Authorizations 
Authorizations
End-users, system administrators, and translators must all be assigned the appropriate authorizations allowing them to work with the SAP Query.
For example, end-users must not be authorized to maintain InfoSets.
You can set up authorizations in such a way, that certain end-users in a user group are authorized to maintain and execute queries, while other members of the same user group are authorized only to execute existing queries.
In order to give individual users targeted, specific rights, the following options are available:
A user has to be assigned to one or more role or user group before he or she is able to work with the Queries component.
This means that a user is able to access only those InfoSets assigned to the roles or user groups to which the user belongs.
You can also use authorization object S_QUERY to assign authorizations to users.

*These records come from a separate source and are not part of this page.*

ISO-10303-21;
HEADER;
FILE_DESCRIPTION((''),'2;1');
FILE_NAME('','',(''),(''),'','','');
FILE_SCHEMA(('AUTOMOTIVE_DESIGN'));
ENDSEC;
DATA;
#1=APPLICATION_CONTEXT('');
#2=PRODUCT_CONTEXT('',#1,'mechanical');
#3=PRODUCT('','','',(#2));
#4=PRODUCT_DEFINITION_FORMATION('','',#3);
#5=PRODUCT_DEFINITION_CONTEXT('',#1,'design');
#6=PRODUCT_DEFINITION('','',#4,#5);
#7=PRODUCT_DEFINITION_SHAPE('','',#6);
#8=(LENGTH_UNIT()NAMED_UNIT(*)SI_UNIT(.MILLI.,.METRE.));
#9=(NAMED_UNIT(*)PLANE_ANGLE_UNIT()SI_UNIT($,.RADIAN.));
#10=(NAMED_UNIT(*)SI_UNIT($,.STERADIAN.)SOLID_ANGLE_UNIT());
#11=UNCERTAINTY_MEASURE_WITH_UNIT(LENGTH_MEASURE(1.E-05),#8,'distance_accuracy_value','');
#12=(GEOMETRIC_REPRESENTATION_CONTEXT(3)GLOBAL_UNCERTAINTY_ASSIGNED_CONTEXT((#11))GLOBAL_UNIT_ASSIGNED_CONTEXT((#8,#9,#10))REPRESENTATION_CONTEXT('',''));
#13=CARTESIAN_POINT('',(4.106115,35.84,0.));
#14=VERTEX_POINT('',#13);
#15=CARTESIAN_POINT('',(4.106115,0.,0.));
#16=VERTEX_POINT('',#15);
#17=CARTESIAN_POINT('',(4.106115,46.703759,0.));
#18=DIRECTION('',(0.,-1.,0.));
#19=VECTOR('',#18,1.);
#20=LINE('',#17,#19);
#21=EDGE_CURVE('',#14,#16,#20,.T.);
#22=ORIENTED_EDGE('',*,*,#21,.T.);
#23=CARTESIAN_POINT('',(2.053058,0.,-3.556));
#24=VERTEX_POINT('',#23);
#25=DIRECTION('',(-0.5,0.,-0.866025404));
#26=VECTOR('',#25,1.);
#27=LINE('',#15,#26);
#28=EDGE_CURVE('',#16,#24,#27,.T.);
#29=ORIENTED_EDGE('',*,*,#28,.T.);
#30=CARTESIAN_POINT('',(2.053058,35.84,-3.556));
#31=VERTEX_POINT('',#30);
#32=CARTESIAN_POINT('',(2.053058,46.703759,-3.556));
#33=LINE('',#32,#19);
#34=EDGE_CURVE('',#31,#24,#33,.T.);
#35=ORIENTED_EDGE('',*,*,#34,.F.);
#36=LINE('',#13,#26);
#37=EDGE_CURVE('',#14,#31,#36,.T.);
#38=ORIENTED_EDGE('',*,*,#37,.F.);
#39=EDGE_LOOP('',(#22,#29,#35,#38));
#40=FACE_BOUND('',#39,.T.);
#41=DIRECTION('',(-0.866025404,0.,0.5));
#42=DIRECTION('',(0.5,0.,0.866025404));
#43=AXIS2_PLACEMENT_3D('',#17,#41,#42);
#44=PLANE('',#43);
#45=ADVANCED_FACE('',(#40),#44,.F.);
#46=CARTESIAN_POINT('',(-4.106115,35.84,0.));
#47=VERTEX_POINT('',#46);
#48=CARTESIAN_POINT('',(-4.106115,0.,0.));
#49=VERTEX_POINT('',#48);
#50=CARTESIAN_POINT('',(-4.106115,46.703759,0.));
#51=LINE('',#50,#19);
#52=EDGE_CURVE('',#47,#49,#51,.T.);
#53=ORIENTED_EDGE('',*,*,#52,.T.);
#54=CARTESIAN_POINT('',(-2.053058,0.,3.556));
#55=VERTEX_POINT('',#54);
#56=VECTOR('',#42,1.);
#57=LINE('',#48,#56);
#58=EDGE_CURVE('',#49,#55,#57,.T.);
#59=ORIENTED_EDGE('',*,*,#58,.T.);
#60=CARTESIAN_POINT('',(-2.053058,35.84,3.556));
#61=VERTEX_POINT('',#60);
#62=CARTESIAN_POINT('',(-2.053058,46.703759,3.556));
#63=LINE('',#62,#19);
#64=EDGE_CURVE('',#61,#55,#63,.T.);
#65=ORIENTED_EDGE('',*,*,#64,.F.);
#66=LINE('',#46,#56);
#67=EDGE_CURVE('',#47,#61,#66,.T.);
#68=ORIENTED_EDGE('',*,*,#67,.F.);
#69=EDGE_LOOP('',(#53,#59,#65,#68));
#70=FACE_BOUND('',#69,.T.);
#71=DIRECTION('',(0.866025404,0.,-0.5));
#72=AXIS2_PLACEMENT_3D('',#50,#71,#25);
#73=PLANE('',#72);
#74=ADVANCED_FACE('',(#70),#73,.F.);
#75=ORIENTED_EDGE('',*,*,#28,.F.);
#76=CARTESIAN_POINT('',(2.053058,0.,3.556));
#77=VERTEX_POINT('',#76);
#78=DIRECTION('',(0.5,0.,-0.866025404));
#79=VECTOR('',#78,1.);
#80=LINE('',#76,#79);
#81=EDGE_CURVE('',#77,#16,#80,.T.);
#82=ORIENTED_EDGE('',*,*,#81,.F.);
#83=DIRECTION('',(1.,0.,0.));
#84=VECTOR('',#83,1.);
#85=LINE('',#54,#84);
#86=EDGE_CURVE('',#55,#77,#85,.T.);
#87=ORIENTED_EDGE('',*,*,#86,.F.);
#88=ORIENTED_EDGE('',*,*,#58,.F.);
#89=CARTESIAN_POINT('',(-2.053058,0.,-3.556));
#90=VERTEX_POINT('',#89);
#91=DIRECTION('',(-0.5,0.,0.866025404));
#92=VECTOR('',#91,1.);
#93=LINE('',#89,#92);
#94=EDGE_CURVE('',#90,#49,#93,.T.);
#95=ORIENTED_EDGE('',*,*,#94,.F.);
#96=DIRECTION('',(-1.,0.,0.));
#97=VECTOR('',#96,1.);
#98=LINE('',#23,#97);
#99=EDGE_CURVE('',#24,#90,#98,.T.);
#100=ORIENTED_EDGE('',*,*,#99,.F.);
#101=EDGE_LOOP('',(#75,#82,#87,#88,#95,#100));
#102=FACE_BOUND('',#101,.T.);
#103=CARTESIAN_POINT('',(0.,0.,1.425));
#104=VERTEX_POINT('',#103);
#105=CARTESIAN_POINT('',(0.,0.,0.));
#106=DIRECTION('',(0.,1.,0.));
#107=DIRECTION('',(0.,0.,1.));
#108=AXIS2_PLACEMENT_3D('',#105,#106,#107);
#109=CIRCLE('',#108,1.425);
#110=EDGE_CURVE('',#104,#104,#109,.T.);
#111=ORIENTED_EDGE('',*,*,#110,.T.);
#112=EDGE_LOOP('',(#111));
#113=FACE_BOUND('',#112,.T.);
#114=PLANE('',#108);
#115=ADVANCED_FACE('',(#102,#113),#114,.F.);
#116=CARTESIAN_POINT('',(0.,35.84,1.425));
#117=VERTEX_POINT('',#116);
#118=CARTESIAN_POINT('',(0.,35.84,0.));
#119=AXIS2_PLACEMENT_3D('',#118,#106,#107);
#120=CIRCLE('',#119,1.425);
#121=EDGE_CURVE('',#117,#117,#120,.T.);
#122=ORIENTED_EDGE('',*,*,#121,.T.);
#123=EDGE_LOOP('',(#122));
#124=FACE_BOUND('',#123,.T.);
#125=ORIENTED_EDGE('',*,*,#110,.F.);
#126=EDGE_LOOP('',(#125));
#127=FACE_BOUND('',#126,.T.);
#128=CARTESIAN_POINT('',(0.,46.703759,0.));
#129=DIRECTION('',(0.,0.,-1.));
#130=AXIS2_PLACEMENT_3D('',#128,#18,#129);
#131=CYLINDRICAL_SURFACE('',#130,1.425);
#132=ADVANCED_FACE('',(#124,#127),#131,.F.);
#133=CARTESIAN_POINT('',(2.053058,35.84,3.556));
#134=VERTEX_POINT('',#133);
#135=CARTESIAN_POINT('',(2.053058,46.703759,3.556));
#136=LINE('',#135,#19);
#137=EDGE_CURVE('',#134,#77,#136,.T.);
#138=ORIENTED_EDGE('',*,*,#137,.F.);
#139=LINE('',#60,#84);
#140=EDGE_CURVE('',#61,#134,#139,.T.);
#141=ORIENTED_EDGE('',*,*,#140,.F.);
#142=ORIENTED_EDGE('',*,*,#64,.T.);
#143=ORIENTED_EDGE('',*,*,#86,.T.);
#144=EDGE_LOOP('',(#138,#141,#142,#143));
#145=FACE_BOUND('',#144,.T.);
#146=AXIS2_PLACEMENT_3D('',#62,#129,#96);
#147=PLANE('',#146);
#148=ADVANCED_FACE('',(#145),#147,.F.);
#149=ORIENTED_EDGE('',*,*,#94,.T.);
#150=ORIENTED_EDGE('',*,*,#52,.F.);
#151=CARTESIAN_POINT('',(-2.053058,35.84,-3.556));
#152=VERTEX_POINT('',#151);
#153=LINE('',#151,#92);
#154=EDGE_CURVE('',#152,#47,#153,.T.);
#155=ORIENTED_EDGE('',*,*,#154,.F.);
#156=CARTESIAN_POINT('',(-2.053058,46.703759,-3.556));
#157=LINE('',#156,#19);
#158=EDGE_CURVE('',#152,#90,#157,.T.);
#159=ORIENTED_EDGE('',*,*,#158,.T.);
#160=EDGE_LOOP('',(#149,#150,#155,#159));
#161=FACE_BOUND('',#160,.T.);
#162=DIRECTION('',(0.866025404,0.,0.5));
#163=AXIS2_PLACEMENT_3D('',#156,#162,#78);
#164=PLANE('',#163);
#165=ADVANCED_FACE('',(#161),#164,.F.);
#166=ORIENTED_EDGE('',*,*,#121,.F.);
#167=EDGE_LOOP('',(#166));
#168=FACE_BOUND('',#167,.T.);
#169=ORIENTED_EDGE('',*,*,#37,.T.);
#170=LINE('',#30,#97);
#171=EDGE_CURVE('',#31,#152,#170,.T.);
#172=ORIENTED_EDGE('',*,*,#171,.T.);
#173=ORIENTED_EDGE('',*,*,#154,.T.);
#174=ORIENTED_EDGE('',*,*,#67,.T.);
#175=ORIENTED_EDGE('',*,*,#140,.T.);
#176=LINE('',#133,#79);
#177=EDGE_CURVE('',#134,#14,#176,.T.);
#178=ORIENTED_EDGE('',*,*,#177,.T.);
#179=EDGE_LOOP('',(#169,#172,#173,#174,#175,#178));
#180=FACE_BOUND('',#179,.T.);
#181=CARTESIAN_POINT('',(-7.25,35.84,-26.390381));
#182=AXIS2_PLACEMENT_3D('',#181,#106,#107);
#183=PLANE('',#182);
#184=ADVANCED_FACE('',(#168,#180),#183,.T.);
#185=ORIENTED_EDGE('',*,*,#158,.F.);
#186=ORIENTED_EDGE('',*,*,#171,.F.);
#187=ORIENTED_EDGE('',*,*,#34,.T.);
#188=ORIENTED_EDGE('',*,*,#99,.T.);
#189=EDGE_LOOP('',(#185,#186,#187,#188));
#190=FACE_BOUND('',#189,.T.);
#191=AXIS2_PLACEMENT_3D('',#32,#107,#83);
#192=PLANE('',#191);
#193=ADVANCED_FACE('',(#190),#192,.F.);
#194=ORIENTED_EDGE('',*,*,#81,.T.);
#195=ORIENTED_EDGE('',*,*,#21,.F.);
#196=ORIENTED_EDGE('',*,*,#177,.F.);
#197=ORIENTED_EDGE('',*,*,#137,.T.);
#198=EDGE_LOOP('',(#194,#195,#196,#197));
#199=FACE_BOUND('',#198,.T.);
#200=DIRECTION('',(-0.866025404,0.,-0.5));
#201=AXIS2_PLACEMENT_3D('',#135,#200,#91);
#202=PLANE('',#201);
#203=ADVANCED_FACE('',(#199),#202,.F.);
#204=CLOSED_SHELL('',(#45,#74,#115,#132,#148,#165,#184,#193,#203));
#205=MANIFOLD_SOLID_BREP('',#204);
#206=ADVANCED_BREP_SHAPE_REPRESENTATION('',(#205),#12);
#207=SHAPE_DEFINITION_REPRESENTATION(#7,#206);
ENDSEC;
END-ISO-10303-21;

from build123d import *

# Parameters (mm, degrees)
SKETCH1_R           = 1.425
BOSS_EXTRUDE1_DEPTH = 35.84


with BuildPart() as part:
    # Sketch1 → Boss-Extrude1 (new body)
    with BuildSketch(Plane(origin=(0, 0, 0), x_dir=(1, 0, 0), z_dir=(0, 1, 0))):
        Polygon((4.106115114, 0), (2.053057557, 3.556), (-2.053057557, 3.556), (-4.106115114, 0), (-2.053057557, -3.556), (2.053057557, -3.556), align=None)
        with Locations(Location((0, 0, 0), (0, 0, 270))):
            Circle(SKETCH1_R, mode=Mode.SUBTRACT)
    extrude(amount=BOSS_EXTRUDE1_DEPTH)


solid = part.part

It has the field ACTVT, in which the following values can be entered.
You can assign authorizations for each of these values.

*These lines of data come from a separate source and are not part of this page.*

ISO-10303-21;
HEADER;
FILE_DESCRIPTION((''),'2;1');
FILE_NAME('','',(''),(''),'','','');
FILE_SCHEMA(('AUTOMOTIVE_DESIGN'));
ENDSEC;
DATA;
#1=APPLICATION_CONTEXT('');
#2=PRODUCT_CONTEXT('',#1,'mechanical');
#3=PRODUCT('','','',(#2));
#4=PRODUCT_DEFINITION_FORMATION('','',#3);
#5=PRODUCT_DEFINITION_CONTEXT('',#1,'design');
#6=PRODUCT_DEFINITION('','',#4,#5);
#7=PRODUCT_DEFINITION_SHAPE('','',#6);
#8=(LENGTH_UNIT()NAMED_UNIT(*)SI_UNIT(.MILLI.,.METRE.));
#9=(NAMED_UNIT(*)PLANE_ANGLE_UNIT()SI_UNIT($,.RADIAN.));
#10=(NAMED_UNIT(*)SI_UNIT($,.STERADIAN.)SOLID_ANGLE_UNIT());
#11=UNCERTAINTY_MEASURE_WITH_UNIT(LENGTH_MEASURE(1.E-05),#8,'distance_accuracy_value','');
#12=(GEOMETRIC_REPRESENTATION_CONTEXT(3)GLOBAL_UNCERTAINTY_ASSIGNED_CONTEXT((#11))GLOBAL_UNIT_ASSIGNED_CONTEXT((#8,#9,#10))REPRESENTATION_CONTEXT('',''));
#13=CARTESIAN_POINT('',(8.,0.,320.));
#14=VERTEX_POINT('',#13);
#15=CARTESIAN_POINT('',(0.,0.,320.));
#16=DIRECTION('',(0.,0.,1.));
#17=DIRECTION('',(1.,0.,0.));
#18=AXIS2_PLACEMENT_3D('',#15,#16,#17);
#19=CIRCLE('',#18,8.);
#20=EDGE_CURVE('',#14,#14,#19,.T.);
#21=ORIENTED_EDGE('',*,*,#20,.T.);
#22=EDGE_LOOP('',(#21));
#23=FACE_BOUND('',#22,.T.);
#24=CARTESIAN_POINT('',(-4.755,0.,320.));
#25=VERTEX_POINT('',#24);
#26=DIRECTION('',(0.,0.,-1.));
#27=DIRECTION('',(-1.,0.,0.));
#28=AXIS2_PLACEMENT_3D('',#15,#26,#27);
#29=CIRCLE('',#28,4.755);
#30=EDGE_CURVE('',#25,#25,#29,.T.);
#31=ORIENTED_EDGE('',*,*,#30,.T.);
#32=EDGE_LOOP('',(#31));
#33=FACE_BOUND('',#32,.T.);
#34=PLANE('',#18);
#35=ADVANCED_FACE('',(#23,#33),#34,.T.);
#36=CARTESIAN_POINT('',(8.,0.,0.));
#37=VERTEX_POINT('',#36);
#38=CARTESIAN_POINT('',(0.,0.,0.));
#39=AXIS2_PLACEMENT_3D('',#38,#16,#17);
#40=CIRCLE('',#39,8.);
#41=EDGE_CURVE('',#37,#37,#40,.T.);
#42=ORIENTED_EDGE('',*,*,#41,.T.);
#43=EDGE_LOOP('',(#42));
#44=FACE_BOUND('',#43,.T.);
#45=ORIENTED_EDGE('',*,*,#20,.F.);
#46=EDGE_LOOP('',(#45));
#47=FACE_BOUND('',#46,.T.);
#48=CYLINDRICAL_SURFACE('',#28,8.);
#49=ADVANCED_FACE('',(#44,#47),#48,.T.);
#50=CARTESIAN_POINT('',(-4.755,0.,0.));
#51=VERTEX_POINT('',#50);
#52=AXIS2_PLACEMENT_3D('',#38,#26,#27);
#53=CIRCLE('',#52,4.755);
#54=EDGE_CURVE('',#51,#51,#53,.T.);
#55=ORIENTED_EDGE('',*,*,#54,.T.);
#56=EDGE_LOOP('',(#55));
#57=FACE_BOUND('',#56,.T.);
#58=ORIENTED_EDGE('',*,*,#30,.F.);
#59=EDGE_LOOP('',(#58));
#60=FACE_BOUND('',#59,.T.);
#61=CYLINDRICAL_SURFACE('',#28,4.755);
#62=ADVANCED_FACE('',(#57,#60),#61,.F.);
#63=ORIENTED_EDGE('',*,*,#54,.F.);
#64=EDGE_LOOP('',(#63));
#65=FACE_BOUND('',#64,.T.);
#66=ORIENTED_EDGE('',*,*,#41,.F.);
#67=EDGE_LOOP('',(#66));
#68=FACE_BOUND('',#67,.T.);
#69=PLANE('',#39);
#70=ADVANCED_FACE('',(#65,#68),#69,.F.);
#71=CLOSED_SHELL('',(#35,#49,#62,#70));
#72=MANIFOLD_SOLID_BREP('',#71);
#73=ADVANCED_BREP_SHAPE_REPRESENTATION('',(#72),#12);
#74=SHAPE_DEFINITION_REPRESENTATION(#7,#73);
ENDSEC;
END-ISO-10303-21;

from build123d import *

# Parameters (mm, degrees)
SKETCH1_R           = 8
BOSS_EXTRUDE1_DEPTH = 320
SKETCH2_R           = 4.755
CUT_EXTRUDE1_DEPTH  = 321


with BuildPart() as part:
    # Sketch1 → Boss-Extrude1 (new body)
    with BuildSketch(Plane.XY):
        Circle(SKETCH1_R)
    extrude(amount=BOSS_EXTRUDE1_DEPTH)

    # Sketch2 → Cut-Extrude1 (cut, through all)
    with BuildSketch(Plane(origin=(0, 0, 0), x_dir=(-1, 0, 0), z_dir=(0, 0, -1))):
        Circle(SKETCH2_R)
    extrude(amount=-CUT_EXTRUDE1_DEPTH, mode=Mode.SUBTRACT)


solid = part.part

Authorizations for the authorization object S_QUERY always refer to both work areas of the SAP Query.
If a user is given authorization to change queries, he or she is able to create and change queries in all the user groups to which he or she is assigned in both the standard area and the global area.
|
Activity: |
Authorization: |
|
Maintaining queries |
A user requires the authorization with the Change (02) value for authorization object S_QUERY if you want him or her to be able to use the Queries component to create or change queries. You cannot revoke this authorization for the corresponding user group. You can restrict the authorization to change objects to individual user groups only. See Assigning Users and InfoSets. |
|
Executing queries |
Users must be assigned to the role or user group in which a query was defined before he or she is able to execute this query. Users need the display authorization for authorization object S_TABU_DIS if you want them to be able to access tables directly whenever they execute queries. The field DICBERCLS must contain the authorization groups for the tables. This authorization object protects all tables from unauthorized access. These authorizations also allow you to use the Data Browser (transaction SE16) or the table maintenance (transaction SM31) to display tables. If tables that are components of a logical database are accessed, you can use the logical database to set up the authorizations for accessing data. For more information see  Logical Databases |
|
Maintaining InfoSets |
A user requires the authorization with the Maintain (23) value for authorization object S_QUERY if you want him or her to be able to work with the InfoSets component. The authorization for maintaining InfoSets is restricted so that a user wanting to store some ABAP code in an InfoSet can do this only if he or she has authorization for the authorization object S_DEVELOP with value 'PROG' for field OBJTYPE and with value AQ* for field OBJNAME. This authorization also enables you to use the ABAP editor to create or change programs whose names begin with AQ. If a user does not have this authorization, the only activities he or she can carry out are the following: selecting fields, connecting additional tables or structures, and defining parameters and selection criteria. |
|
Maintaining user groups |
A user requires the authorization with the Maintain (23) value for authorization object S_QUERY if you want him or her to be able to work with the User Groups component. |
|
Language comparison |
A user requires the authorization with the Translate (67) value for authorization object S_QUERY if you want him or her to be able to work with the Translation/Query component. |
Users who have authorization for the authorization object S_QUERY with both the values Change and Maintain, are able to access the queries in all the roles or user groups without being explicitly assigned to each of these roles or user groups.